Stored items
▶
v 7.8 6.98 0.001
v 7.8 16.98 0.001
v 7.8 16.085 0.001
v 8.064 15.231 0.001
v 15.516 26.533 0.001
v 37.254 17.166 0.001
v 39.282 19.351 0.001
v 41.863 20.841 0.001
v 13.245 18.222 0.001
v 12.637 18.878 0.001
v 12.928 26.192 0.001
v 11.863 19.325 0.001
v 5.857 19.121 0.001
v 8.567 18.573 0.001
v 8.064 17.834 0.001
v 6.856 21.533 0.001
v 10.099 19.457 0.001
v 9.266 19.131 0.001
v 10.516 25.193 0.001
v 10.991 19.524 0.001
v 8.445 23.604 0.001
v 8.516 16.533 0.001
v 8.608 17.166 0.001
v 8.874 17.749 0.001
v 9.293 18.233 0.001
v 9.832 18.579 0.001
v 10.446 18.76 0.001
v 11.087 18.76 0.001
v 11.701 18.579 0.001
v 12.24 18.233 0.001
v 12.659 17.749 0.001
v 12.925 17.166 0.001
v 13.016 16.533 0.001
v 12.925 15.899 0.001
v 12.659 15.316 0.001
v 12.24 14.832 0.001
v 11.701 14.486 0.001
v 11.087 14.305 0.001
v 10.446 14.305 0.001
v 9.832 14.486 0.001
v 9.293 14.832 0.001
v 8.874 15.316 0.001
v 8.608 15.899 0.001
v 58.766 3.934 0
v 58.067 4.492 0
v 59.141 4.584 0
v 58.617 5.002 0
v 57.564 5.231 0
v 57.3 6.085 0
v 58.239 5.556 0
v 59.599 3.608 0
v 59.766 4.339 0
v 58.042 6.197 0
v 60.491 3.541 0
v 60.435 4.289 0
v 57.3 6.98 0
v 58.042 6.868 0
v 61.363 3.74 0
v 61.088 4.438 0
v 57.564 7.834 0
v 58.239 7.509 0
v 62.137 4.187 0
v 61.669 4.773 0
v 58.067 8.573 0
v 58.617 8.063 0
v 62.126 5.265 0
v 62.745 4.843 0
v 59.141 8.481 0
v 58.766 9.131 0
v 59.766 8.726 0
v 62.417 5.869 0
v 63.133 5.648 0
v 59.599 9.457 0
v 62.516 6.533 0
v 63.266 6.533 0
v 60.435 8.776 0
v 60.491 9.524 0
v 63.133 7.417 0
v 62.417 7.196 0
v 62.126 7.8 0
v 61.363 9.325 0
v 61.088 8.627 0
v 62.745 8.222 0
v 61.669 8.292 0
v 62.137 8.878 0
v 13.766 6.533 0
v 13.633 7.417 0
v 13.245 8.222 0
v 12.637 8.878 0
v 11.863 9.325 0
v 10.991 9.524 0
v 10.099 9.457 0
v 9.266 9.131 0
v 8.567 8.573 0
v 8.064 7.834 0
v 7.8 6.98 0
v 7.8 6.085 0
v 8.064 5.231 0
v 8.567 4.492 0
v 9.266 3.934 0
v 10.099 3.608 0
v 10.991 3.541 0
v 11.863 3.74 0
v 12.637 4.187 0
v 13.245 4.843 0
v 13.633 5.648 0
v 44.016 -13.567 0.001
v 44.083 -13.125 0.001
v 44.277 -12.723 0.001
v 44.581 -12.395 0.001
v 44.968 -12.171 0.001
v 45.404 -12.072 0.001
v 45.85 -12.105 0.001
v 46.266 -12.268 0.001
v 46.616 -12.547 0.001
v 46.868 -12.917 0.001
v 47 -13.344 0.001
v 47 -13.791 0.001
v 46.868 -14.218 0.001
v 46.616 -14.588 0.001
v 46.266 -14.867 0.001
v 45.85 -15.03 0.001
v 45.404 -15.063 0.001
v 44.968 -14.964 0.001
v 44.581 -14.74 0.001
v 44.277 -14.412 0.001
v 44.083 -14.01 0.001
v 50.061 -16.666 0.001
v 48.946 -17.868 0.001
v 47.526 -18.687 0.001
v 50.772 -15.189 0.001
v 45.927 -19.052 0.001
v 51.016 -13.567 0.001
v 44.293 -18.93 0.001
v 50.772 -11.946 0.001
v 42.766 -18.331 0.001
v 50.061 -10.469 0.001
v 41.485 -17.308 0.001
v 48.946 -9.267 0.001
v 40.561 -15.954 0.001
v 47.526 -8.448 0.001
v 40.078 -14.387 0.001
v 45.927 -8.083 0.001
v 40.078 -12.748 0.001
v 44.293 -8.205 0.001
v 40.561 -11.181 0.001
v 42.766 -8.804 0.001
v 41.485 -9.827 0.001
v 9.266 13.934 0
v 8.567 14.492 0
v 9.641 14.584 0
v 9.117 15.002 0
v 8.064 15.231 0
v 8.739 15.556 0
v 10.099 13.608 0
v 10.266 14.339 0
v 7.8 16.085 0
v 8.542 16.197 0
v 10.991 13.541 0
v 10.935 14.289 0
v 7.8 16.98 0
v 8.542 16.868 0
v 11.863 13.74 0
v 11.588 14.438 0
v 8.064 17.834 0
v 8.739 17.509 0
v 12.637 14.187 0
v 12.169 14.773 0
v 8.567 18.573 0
◀
### ABOUT THIS TASK
Here the job is to transcribe the lines from the first line of the data through the line containing "v 8.567 18.573 0.001", inclusive, exactly and with nothing else.

### REPLY
v 7.8 6.98 0.001
v 7.8 16.98 0.001
v 7.8 16.085 0.001
v 8.064 15.231 0.001
v 15.516 26.533 0.001
v 37.254 17.166 0.001
v 39.282 19.351 0.001
v 41.863 20.841 0.001
v 13.245 18.222 0.001
v 12.637 18.878 0.001
v 12.928 26.192 0.001
v 11.863 19.325 0.001
v 5.857 19.121 0.001
v 8.567 18.573 0.001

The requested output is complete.